Exercise instructions
From top to bottom, write out the listing exactly.

The records
********************

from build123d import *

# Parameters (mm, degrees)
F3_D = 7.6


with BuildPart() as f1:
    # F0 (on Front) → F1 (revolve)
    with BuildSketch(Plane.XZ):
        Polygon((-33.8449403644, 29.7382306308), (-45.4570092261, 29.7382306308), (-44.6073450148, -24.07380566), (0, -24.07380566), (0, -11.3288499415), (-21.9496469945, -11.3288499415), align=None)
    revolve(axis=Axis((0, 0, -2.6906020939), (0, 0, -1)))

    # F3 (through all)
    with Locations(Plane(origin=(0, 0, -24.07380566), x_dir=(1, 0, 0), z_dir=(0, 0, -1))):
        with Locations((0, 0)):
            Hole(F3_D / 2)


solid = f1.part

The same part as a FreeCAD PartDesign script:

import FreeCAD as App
import Part
import Sketcher

V = App.Vector


def add_polygon(sketch, points):
    """Adds a closed chain of lines whose ends are joined by coincident constraints."""
    first, n = sketch.GeometryCount, len(points)
    for a, b in zip(points, points[1:] + points[:1]):
        sketch.addGeometry(Part.LineSegment(App.Vector(*a, 0), App.Vector(*b, 0)), False)
    for i in range(n):
        sketch.addConstraint(Sketcher.Constraint("Coincident", first + i, 2, first + (i + 1) % n, 1))

doc = App.newDocument("Part")
body = doc.addObject("PartDesign::Body", "Body")

# Sketch on XZ plane
sketch1 = body.newObject("Sketcher::SketchObject", "Sketch")
sketch1.AttachmentSupport = (doc.getObject("XZ_Plane"), [""])
sketch1.MapMode = "FlatFace"
add_polygon(sketch1, [(-33.84494, 29.738231), (-45.457009, 29.738231), (-44.607345, -24.073806), (0, -24.073806), (0, -11.32885), (-21.949647, -11.32885)])  # lines 0-5
sketch1.addConstraint(Sketcher.Constraint("Horizontal", 0))
sketch1.addConstraint(Sketcher.Constraint("Horizontal", 2))
sketch1.addConstraint(Sketcher.Constraint("Vertical", 3))
sketch1.addConstraint(Sketcher.Constraint("Horizontal", 4))
sketch1.addConstraint(Sketcher.Constraint("PointOnObject", 2, 2, -2))
sketch1.addConstraint(Sketcher.Constraint("DistanceX", 0, 2, 0, 1, 11.612069))
sketch1.addConstraint(Sketcher.Constraint("DistanceX", 1, 2, 4, 2, 22.657698))
sketch1.addConstraint(Sketcher.Constraint("DistanceX", 2, 1, 2, 2, 44.607345))
sketch1.addConstraint(Sketcher.Constraint("DistanceY", 3, 1, 3, 2, 12.744956))
sketch1.addConstraint(Sketcher.Constraint("DistanceX", 0, 2, -1, 1, 45.457009))
sketch1.addConstraint(Sketcher.Constraint("DistanceY", -1, 1, 0, 2, 29.738231))
sketch1.addConstraint(Sketcher.Constraint("DistanceY", 3, 2, -1, 1, 11.32885))
revolution = body.newObject("PartDesign::Revolution", "Revolution")
revolution.Profile = sketch1
revolution.ReferenceAxis = (sketch1, ["V_Axis"])
revolution.Angle = 360

# Sketch on XY plane
sketch2 = body.newObject("Sketcher::SketchObject", "Sketch001")
sketch2.AttachmentSupport = (doc.getObject("XY_Plane"), [""])
sketch2.MapMode = "FlatFace"
sketch2.AttachmentOffset = App.Placement(V(0, 0, -24.073806), App.Rotation())
sketch2.addGeometry(Part.Circle(V(0, 0, 0), V(0, 0, 1), 3.8), False)
sketch2.addConstraint(Sketcher.Constraint("Coincident", 0, 3, -1, 1))
sketch2.addConstraint(Sketcher.Constraint("Diameter", 0, 7.6))
doc.recompute()
hole = body.newObject("PartDesign::Hole", "Hole")
hole.Profile = sketch2
hole.ThreadType = "None"
hole.Diameter = 7.6
hole.DepthType = "ThroughAll"
hole.Reversed = True

doc.recompute()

********************

Response area
from build123d import *

# Parameters (mm, degrees)
F3_D = 7.6


with BuildPart() as f1:
    # F0 (on Front) → F1 (revolve)
    with BuildSketch(Plane.XZ):
        Polygon((-33.8449403644, 29.7382306308), (-45.4570092261, 29.7382306308), (-44.6073450148, -24.07380566), (0, -24.07380566), (0, -11.3288499415), (-21.9496469945, -11.3288499415), align=None)
    revolve(axis=Axis((0, 0, -2.6906020939), (0, 0, -1)))

    # F3 (through all)
    with Locations(Plane(origin=(0, 0, -24.07380566), x_dir=(1, 0, 0), z_dir=(0, 0, -1))):
        with Locations((0, 0)):
            Hole(F3_D / 2)


solid = f1.part

The same part as a FreeCAD PartDesign script:

import FreeCAD as App
import Part
import Sketcher

V = App.Vector


def add_polygon(sketch, points):
    """Adds a closed chain of lines whose ends are joined by coincident constraints."""
    first, n = sketch.GeometryCount, len(points)
    for a, b in zip(points, points[1:] + points[:1]):
        sketch.addGeometry(Part.LineSegment(App.Vector(*a, 0), App.Vector(*b, 0)), False)
    for i in range(n):
        sketch.addConstraint(Sketcher.Constraint("Coincident", first + i, 2, first + (i + 1) % n, 1))

doc = App.newDocument("Part")
body = doc.addObject("PartDesign::Body", "Body")

# Sketch on XZ plane
sketch1 = body.newObject("Sketcher::SketchObject", "Sketch")
sketch1.AttachmentSupport = (doc.getObject("XZ_Plane"), [""])
sketch1.MapMode = "FlatFace"
add_polygon(sketch1, [(-33.84494, 29.738231), (-45.457009, 29.738231), (-44.607345, -24.073806), (0, -24.073806), (0, -11.32885), (-21.949647, -11.32885)])  # lines 0-5
sketch1.addConstraint(Sketcher.Constraint("Horizontal", 0))
sketch1.addConstraint(Sketcher.Constraint("Horizontal", 2))
sketch1.addConstraint(Sketcher.Constraint("Vertical", 3))
sketch1.addConstraint(Sketcher.Constraint("Horizontal", 4))
sketch1.addConstraint(Sketcher.Constraint("PointOnObject", 2, 2, -2))
sketch1.addConstraint(Sketcher.Constraint("DistanceX", 0, 2, 0, 1, 11.612069))
sketch1.addConstraint(Sketcher.Constraint("DistanceX", 1, 2, 4, 2, 22.657698))
sketch1.addConstraint(Sketcher.Constraint("DistanceX", 2, 1, 2, 2, 44.607345))
sketch1.addConstraint(Sketcher.Constraint("DistanceY", 3, 1, 3, 2, 12.744956))
sketch1.addConstraint(Sketcher.Constraint("DistanceX", 0, 2, -1, 1, 45.457009))
sketch1.addConstraint(Sketcher.Constraint("DistanceY", -1, 1, 0, 2, 29.738231))
sketch1.addConstraint(Sketcher.Constraint("DistanceY", 3, 2, -1, 1, 11.32885))
revolution = body.newObject("PartDesign::Revolution", "Revolution")
revolution.Profile = sketch1
revolution.ReferenceAxis = (sketch1, ["V_Axis"])
revolution.Angle = 360

# Sketch on XY plane
sketch2 = body.newObject("Sketcher::SketchObject", "Sketch001")
sketch2.AttachmentSupport = (doc.getObject("XY_Plane"), [""])
sketch2.MapMode = "FlatFace"
sketch2.AttachmentOffset = App.Placement(V(0, 0, -24.073806), App.Rotation())
sketch2.addGeometry(Part.Circle(V(0, 0, 0), V(0, 0, 1), 3.8), False)
sketch2.addConstraint(Sketcher.Constraint("Coincident", 0, 3, -1, 1))
sketch2.addConstraint(Sketcher.Constraint("Diameter", 0, 7.6))
doc.recompute()
hole = body.newObject("PartDesign::Hole", "Hole")
hole.Profile = sketch2
hole.ThreadType = "None"
hole.Diameter = 7.6
hole.DepthType = "ThroughAll"
hole.Reversed = True

doc.recompute()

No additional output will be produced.